August - For every fog in August there will be a snowfall.
If a cold August follows a hot July, it foretells a winter hard & dry.
Squirrel lore - Ever diligent, the squirrels spend the fall gathering nuts in preparation for the coming winter. It has been noted that in preparation for a rough winter they'll be busy working to gather and hide as many nuts as possible, stopping to eat minimally. On the flip side, finding large piles of nuts that have been cracked open and eaten can lead one to believe it will be quite the mild winter.
It is also said where the squirrels build their nests indicates how severe the weather will be - The higher the nest in the tree, the more severe the weather will be.
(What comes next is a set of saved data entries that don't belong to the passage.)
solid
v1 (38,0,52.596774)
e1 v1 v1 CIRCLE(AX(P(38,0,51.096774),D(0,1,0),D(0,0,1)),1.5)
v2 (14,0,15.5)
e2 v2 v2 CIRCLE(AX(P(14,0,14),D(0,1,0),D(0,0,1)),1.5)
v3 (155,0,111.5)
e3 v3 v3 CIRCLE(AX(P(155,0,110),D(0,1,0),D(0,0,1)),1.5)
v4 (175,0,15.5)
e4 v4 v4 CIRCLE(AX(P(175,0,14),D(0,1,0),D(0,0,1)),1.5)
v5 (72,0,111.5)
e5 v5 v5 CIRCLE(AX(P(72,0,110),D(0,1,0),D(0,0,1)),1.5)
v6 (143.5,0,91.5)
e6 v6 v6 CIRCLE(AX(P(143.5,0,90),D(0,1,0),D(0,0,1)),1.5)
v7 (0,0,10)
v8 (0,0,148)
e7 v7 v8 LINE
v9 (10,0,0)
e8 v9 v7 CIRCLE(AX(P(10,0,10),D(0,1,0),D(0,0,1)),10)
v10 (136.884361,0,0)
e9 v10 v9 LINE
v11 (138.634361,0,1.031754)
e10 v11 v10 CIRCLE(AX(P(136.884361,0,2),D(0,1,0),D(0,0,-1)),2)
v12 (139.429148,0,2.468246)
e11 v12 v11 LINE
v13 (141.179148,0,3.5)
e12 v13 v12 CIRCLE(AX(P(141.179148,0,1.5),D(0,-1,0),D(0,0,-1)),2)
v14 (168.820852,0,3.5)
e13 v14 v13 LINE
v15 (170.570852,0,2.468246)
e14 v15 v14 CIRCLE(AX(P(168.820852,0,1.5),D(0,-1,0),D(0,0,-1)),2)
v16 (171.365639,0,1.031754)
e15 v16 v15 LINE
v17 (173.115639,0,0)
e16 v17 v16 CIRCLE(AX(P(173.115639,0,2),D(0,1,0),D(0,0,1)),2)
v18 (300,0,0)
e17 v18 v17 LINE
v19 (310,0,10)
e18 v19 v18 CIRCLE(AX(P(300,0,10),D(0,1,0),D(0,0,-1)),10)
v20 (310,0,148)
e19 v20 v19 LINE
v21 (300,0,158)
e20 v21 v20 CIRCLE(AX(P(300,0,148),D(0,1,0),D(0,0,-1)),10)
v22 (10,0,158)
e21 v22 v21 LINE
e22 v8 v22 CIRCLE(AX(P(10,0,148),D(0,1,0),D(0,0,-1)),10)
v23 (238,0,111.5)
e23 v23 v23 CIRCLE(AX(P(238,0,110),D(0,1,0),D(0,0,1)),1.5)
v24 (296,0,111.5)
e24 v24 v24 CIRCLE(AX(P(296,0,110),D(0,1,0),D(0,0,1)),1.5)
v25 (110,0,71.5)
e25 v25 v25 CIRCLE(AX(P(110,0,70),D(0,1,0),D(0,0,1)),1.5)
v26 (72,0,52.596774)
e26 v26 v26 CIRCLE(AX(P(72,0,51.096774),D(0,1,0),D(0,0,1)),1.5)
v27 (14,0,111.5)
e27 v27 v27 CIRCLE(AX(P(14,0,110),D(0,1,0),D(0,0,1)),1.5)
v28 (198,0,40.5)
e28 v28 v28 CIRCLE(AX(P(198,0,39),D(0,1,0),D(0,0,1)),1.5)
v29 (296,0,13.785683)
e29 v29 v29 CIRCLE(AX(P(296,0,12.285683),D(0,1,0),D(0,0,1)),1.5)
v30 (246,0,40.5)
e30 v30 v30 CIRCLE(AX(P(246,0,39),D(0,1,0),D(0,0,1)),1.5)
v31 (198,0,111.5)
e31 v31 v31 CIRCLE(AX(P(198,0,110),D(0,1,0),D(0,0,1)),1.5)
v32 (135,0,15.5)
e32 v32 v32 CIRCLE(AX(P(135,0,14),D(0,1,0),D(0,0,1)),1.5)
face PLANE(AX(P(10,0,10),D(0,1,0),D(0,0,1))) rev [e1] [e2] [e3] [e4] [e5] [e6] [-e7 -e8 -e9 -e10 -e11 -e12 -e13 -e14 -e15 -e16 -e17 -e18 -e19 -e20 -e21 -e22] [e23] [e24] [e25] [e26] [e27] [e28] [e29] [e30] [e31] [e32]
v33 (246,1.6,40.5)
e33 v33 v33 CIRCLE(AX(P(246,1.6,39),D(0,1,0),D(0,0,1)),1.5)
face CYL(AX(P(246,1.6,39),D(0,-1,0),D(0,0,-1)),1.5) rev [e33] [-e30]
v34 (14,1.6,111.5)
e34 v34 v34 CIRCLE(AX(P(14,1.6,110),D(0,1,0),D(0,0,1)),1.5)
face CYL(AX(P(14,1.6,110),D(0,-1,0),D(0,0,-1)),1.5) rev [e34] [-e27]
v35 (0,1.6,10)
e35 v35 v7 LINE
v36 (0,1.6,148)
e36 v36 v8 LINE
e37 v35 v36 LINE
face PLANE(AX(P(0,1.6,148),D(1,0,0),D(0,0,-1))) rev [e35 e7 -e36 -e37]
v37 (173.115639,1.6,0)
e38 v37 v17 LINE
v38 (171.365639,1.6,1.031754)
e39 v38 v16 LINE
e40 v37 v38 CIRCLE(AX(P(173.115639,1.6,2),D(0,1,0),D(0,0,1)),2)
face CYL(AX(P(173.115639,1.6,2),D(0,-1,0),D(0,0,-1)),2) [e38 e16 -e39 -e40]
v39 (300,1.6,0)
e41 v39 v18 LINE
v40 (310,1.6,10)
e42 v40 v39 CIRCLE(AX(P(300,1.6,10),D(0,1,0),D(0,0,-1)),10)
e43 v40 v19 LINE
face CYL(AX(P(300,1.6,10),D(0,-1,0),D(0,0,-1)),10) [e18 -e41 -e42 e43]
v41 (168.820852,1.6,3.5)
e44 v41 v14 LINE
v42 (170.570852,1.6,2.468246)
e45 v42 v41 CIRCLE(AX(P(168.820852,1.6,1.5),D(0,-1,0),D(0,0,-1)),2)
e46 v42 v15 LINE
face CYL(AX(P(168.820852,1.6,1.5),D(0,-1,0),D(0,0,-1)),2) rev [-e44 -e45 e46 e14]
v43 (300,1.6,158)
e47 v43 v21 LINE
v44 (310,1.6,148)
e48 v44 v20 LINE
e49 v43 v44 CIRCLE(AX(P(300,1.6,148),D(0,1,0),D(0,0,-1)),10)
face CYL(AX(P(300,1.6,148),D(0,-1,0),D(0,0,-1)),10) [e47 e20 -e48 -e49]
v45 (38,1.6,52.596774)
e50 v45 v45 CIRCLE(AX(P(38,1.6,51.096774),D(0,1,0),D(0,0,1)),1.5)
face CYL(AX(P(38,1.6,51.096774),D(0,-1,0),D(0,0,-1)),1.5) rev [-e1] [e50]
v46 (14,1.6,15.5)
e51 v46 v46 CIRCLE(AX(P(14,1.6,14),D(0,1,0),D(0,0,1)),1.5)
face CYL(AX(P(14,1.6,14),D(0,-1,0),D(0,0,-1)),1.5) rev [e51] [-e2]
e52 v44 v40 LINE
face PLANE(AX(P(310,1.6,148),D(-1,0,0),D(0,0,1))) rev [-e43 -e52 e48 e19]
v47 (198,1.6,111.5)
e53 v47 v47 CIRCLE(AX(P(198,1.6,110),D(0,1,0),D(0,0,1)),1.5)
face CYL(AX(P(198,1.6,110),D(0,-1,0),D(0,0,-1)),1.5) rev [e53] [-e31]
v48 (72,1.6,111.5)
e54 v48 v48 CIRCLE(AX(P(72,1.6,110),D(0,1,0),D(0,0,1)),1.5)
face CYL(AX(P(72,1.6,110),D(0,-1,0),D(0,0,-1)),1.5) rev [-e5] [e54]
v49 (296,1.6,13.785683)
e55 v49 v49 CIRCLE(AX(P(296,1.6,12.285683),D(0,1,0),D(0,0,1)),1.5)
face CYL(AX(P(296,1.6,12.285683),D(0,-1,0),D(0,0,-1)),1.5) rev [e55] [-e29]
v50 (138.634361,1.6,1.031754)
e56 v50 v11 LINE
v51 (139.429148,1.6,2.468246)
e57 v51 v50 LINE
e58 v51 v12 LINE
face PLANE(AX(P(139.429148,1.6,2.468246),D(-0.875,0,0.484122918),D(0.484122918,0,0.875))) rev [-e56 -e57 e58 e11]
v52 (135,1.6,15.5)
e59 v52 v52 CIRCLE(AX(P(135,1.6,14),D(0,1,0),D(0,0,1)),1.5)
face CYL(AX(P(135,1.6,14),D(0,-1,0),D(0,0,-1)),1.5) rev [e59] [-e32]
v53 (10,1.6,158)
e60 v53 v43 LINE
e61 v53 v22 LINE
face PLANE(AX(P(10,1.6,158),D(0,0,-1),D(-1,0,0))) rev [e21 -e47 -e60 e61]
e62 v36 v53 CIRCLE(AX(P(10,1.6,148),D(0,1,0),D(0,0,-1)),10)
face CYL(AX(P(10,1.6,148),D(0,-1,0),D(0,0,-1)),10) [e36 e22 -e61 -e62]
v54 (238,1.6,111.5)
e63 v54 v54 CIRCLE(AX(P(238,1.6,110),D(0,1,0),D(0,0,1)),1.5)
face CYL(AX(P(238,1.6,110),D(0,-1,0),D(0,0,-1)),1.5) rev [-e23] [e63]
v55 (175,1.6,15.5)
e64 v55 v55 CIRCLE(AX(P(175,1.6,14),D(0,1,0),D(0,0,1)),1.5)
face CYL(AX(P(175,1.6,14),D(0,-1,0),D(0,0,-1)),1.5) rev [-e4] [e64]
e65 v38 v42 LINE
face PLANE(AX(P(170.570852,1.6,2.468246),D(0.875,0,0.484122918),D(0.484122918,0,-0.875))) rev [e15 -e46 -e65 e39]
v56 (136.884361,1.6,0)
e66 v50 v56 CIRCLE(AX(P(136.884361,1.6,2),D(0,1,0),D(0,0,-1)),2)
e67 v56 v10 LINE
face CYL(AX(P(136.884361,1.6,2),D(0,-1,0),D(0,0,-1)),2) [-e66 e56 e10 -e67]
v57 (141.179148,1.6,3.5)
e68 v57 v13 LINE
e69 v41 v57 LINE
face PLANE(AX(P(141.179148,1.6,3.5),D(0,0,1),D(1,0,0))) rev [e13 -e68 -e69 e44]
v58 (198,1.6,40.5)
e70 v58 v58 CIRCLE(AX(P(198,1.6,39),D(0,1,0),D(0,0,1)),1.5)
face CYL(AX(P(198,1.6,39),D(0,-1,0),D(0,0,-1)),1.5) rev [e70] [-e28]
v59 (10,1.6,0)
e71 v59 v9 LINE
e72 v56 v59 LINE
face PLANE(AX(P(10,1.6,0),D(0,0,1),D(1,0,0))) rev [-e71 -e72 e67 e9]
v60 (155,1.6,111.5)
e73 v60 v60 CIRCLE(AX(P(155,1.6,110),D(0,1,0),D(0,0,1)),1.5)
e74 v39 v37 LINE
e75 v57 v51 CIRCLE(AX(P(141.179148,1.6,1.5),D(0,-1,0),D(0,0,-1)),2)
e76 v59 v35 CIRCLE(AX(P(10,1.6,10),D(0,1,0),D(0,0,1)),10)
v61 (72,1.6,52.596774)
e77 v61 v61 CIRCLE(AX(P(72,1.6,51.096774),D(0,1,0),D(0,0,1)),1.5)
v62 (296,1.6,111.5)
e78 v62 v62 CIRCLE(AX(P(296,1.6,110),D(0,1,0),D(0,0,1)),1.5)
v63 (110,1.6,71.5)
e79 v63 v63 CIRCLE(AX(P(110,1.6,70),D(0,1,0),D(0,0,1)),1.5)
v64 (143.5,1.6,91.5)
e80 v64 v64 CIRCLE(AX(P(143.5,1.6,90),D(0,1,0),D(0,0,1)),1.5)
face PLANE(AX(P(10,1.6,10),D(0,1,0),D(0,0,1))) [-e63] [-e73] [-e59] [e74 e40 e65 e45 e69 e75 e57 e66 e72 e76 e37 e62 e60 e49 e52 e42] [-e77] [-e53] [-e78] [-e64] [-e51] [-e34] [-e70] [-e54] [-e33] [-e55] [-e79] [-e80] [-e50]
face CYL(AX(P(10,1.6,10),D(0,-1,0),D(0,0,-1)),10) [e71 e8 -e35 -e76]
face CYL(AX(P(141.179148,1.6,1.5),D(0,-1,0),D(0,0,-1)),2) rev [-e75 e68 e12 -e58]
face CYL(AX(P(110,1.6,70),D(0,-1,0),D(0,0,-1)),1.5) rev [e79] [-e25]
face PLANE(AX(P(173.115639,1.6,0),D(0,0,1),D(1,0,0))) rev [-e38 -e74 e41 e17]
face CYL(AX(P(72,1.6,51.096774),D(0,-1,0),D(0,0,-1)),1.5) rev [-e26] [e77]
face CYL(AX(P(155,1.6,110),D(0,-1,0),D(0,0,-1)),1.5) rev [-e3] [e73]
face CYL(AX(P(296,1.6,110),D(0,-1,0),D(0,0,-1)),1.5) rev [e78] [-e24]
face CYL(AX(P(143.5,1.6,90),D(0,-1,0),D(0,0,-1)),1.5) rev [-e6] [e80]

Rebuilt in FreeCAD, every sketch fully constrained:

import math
import FreeCAD as App
import Part
import Sketcher
Q = App.Units.Quantity

doc = App.newDocument("Part")
body = doc.addObject("PartDesign::Body", "Body")

sketch1 = body.newObject("Sketcher::SketchObject", "Sketch")
sketch1.AttachmentSupport = (doc.getObject("XZ_Plane"), [""])
sketch1.MapMode = "FlatFace"
sketch1.addGeometry(Part.LineSegment(App.Vector(136.884361, 0, 0), App.Vector(10, 0, 0)), False)
sketch1.addGeometry(Part.ArcOfCircle(Part.Circle(App.Vector(10, 10, 0), App.Vector(0, 0, 1), 10), math.radians(180), math.radians(270)), False)
sketch1.addGeometry(Part.LineSegment(App.Vector(0, 10, 0), App.Vector(0, 148, 0)), False)
sketch1.addGeometry(Part.ArcOfCircle(Part.Circle(App.Vector(10, 148, 0), App.Vector(0, 0, 1), 10), math.radians(90), math.radians(180)), False)
sketch1.addGeometry(Part.LineSegment(App.Vector(10, 158, 0), App.Vector(300, 158, 0)), False)
sketch1.addGeometry(Part.ArcOfCircle(Part.Circle(App.Vector(300, 148, 0), App.Vector(0, 0, 1), 10), math.radians(0), math.radians(90)), False)
sketch1.addGeometry(Part.LineSegment(App.Vector(310, 148, 0), App.Vector(310, 10, 0)), False)
sketch1.addGeometry(Part.ArcOfCircle(Part.Circle(App.Vector(300, 10, 0), App.Vector(0, 0, 1), 10), math.radians(-90), math.radians(0)), False)
sketch1.addGeometry(Part.LineSegment(App.Vector(300, 0, 0), App.Vector(173.115639, 0, 0)), False)
sketch1.addGeometry(Part.ArcOfCircle(Part.Circle(App.Vector(173.115639, 2, 0), App.Vector(0, 0, 1), 2), math.radians(-151.044976), math.radians(-90)), False)
sketch1.addGeometry(Part.LineSegment(App.Vector(171.365639, 1.031754, 0), App.Vector(170.570852, 2.468246, 0)), False)
sketch1.addGeometry(Part.ArcOfCircle(Part.Circle(App.Vector(168.820852, 1.5, 0), App.Vector(0, 0, 1), 2), math.radians(28.955024), math.radians(90)), False)
sketch1.addGeometry(Part.LineSegment(App.Vector(168.820852, 3.5, 0), App.Vector(141.179148, 3.5, 0)), False)
sketch1.addGeometry(Part.ArcOfCircle(Part.Circle(App.Vector(141.179148, 1.5, 0), App.Vector(0, 0, 1), 2), math.radians(90), math.radians(151.044976)), False)
sketch1.addGeometry(Part.LineSegment(App.Vector(139.429148, 2.468246, 0), App.Vector(138.634361, 1.031754, 0)), False)
sketch1.addGeometry(Part.ArcOfCircle(Part.Circle(App.Vector(136.884361, 2, 0), App.Vector(0, 0, 1), 2), math.radians(-90), math.radians(-28.955024)), False)
sketch1.addGeometry(Part.Circle(App.Vector(296, 110, 0), App.Vector(0, 0, 1), 1.5), False)
sketch1.addGeometry(Part.Circle(App.Vector(238, 110, 0), App.Vector(0, 0, 1), 1.5), False)
sketch1.addGeometry(Part.Circle(App.Vector(198, 110, 0), App.Vector(0, 0, 1), 1.5), False)
sketch1.addGeometry(Part.Circle(App.Vector(155, 110, 0), App.Vector(0, 0, 1), 1.5), False)
sketch1.addGeometry(Part.Circle(App.Vector(143.5, 90, 0), App.Vector(0, 0, 1), 1.5), False)
sketch1.addGeometry(Part.Circle(App.Vector(72, 110, 0), App.Vector(0, 0, 1), 1.5), False)
sketch1.addGeometry(Part.Circle(App.Vector(14, 110, 0), App.Vector(0, 0, 1), 1.5), False)
sketch1.addGeometry(Part.Circle(App.Vector(110, 70, 0), App.Vector(0, 0, 1), 1.5), False)
sketch1.addGeometry(Part.Circle(App.Vector(246, 39, 0), App.Vector(0, 0, 1), 1.5), False)
sketch1.addGeometry(Part.Circle(App.Vector(198, 39, 0), App.Vector(0, 0, 1), 1.5), False)
sketch1.addGeometry(Part.Circle(App.Vector(296, 12.285683, 0), App.Vector(0, 0, 1), 1.5), False)
sketch1.addGeometry(Part.Circle(App.Vector(175, 14, 0), App.Vector(0, 0, 1), 1.5), False)
sketch1.addGeometry(Part.Circle(App.Vector(72, 51.096774, 0), App.Vector(0, 0, 1), 1.5), False)
sketch1.addGeometry(Part.Circle(App.Vector(38, 51.096774, 0), App.Vector(0, 0, 1), 1.5), False)
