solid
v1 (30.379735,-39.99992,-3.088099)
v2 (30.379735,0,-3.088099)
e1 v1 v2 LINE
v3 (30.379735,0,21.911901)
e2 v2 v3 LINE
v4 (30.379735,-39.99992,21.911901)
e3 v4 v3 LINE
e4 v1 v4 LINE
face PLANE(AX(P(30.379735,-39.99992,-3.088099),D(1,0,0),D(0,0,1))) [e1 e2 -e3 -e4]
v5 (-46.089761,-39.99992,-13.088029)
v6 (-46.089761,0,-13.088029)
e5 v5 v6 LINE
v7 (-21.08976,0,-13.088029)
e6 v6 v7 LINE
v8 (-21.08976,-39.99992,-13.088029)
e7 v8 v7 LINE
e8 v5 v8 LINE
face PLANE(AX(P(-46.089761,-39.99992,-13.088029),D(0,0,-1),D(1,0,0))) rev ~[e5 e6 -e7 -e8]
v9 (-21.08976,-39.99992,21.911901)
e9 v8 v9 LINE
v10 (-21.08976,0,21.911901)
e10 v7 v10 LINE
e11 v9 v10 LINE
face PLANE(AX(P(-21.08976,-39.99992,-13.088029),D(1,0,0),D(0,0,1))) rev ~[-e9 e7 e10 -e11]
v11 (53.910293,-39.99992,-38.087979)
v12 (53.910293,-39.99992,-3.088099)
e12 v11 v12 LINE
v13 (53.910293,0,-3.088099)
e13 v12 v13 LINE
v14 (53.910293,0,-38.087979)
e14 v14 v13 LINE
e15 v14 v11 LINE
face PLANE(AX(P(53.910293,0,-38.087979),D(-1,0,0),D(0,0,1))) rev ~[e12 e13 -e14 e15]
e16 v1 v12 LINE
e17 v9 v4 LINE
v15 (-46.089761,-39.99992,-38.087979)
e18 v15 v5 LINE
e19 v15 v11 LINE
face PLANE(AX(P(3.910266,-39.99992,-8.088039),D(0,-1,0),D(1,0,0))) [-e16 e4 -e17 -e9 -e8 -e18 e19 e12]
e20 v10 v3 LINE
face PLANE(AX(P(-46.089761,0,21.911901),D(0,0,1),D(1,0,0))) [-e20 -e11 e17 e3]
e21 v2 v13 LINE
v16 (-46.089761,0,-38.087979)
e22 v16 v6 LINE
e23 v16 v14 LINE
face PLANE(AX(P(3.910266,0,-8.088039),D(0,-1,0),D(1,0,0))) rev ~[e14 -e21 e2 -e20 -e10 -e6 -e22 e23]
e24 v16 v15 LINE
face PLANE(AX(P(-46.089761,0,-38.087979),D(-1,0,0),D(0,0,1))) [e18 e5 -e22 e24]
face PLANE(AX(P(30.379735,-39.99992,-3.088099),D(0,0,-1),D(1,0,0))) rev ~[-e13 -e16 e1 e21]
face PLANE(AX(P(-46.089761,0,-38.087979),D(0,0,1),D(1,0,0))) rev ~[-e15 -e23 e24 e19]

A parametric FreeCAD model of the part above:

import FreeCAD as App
import Part
import Sketcher
from FreeCAD import Vector
Q = App.Units.Quantity


def add_polygon(sketch, points):
    """Adds a closed chain of lines whose ends are joined by coincident constraints."""
    first, n = sketch.GeometryCount, len(points)
    for a, b in zip(points, points[1:] + points[:1]):
        sketch.addGeometry(Part.LineSegment(App.Vector(*a, 0), App.Vector(*b, 0)), False)
    for i in range(n):
        sketch.addConstraint(Sketcher.Constraint("Coincident", first + i, 2, first + (i + 1) % n, 1))

doc = App.newDocument("Part")
body = doc.addObject("PartDesign::Body", "Body")

sketch1 = doc.addObject("Sketcher::SketchObject", "Sketch")
body.addObject(sketch1)
sketch1.AttachmentSupport = (doc.XZ_Plane, [""])
sketch1.MapMode = "FlatFace"
add_polygon(sketch1, [(-46, 22), (-46, -38), (54, -38), (54, 22)])
sketch1.addConstraint([
    Sketcher.Constraint("Vertical", 0),
    Sketcher.Constraint("Horizontal", 1),
    Sketcher.Constraint("Vertical", 2),
    Sketcher.Constraint("Horizontal", 3),
    Sketcher.Constraint("DistanceY", 0, 2, 0, 1, Q("59.99988 mm")),
    Sketcher.Constraint("DistanceY", -1, 1, 2, 2, Q("21.911901 mm")),
    Sketcher.Constraint("DistanceX", 1, 1, 1, 2, Q("100.000054 mm")),
    Sketcher.Constraint("DistanceX", 0, 2, -1, 1, Q("46.089761 mm")),
])
pad1 = doc.addObject("PartDesign::Pad", "Pad")
body.addObject(pad1)
pad1.Profile = sketch1
pad1.Length = 39.99992

sketch2 = doc.addObject("Sketcher::SketchObject", "Sketch001")
body.addObject(sketch2)
sketch2.AttachmentSupport = (doc.XZ_Plane, [""])
sketch2.MapMode = "FlatFace"
sketch2.AttachmentOffset = App.Placement(Vector(0, 0, 39.99992), App.Rotation())
add_polygon(sketch2, [(30, 22), (30, -3), (54, -3), (54, 22)])
add_polygon(sketch2, [(-46, 22), (-46, -13), (-21, -13), (-21, 22)])
sketch2.addConstraint([
    Sketcher.Constraint("Vertical", 0),
    Sketcher.Constraint("Horizontal", 1),
    Sketcher.Constraint("Vertical", 2),
    Sketcher.Constraint("Horizontal", 3),
    Sketcher.Constraint("Vertical", 4),
    Sketcher.Constraint("Horizontal", 5),
    Sketcher.Constraint("Vertical", 6),
    Sketcher.Constraint("Horizontal", 7),
    Sketcher.Constraint("Horizontal", 3, 2, 6, 2),
    Sketcher.Constraint("Equal", 7, 0),
    Sketcher.Constraint("DistanceX", 5, 1, 5, 2, Q("25.000001 mm")),
    Sketcher.Constraint("DistanceY", 4, 2, 4, 1, Q("34.99993 mm")),
    Sketcher.Constraint("DistanceY", 0, 2, -1, 1, Q("3.088099 mm")),
    Sketcher.Constraint("DistanceX", 1, 1, 1, 2, Q("23.530558 mm")),
    Sketcher.Constraint("DistanceX", 4, 2, -1, 1, Q("46.089761 mm")),
    Sketcher.Constraint("DistanceX", -1, 1, 0, 2, Q("30.379735 mm")),
])
pocket1 = doc.addObject("PartDesign::Pocket", "Pocket")
body.addObject(pocket1)
pocket1.Profile = sketch2
pocket1.Type = "ThroughAll"

doc.recompute()
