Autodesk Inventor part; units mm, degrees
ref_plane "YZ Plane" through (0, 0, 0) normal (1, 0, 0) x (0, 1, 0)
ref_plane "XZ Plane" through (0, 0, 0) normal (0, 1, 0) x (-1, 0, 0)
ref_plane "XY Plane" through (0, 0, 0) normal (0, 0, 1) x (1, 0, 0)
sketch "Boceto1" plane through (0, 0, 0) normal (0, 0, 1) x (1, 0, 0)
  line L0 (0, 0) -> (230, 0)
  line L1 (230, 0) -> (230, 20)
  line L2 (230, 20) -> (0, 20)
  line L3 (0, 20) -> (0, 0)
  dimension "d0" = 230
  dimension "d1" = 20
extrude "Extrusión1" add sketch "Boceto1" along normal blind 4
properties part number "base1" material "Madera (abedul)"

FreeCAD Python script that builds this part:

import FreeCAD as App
import Part
import Sketcher
from FreeCAD import Vector
Q = App.Units.Quantity

doc = App.newDocument("Part")
params = doc.addObject("Spreadsheet::Sheet", "Params")
for row, (alias, value) in enumerate([
    ("sketch1_width", "230 mm"),
    ("sketch1_height", "20 mm"),
    ("pad1_length", "4 mm"),
], start=1):
    params.set(f"A{row}", alias)
    params.set(f"B{row}", "=" + value)
    params.setAlias(f"B{row}", alias)

body = doc.addObject("PartDesign::Body", "Body")

# Sketch on XY plane
sketch1 = body.newObject("Sketcher::SketchObject", "Sketch")
sketch1.AttachmentSupport = (doc.getObject("XY_Plane"), [""])
sketch1.MapMode = "FlatFace"
sketch1.addGeometry(Part.LineSegment(Vector(0, 20, 0), Vector(0, 0, 0)), False)
sketch1.addGeometry(Part.LineSegment(Vector(0, 0, 0), Vector(230, 0, 0)), False)
sketch1.addGeometry(Part.LineSegment(Vector(230, 0, 0), Vector(230, 20, 0)), False)
sketch1.addGeometry(Part.LineSegment(Vector(230, 20, 0), Vector(0, 20, 0)), False)
sketch1.addConstraint(Sketcher.Constraint("Coincident", 0, 2, 1, 1))
sketch1.addConstraint(Sketcher.Constraint("Coincident", 1, 2, 2, 1))
sketch1.addConstraint(Sketcher.Constraint("Coincident", 2, 2, 3, 1))
sketch1.addConstraint(Sketcher.Constraint("Coincident", 3, 2, 0, 1))
sketch1.addConstraint(Sketcher.Constraint("Vertical", 0))
sketch1.addConstraint(Sketcher.Constraint("Horizontal", 1))
sketch1.addConstraint(Sketcher.Constraint("Vertical", 2))
sketch1.addConstraint(Sketcher.Constraint("Horizontal", 3))
sketch1.addConstraint(Sketcher.Constraint("Coincident", 0, 2, -1, 1))
sketch1.addConstraint(Sketcher.Constraint("DistanceX", 1, 1, 1, 2, Q("230 mm")))
sketch1.addConstraint(Sketcher.Constraint("DistanceY", 0, 2, 0, 1, Q("20 mm")))
sketch1.setExpression("Constraints[9]", "Params.sketch1_width")
sketch1.setExpression("Constraints[10]", "Params.sketch1_height")
pad1 = body.newObject("PartDesign::Pad", "Pad")
pad1.Profile = sketch1
pad1.setExpression("Length", "Params.pad1_length")

doc.recompute()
Woolybear - It is said the width of the middle brown band of the woolybear caterpillar judges the severity of the upcoming winter. The smaller the brown band, the worse the winter will be. However if the band is wide, it will be a mild and short winter.
Other interesting thoughts - The thickness of the hair of the woolybear can be used as an indicator as well. The caterpillar itself is made up of 13 segments (the same number of weeks of winter!).
Hornets - "See how high the hornet’s nest, ‘twill tell how high the snow will rest.”
The Leaves - When the leaves begin to drop early, autumn and winter will be mild - if they fall late, winter will be severe.
If these bode true, I believe we are in for a beautifully mild winter!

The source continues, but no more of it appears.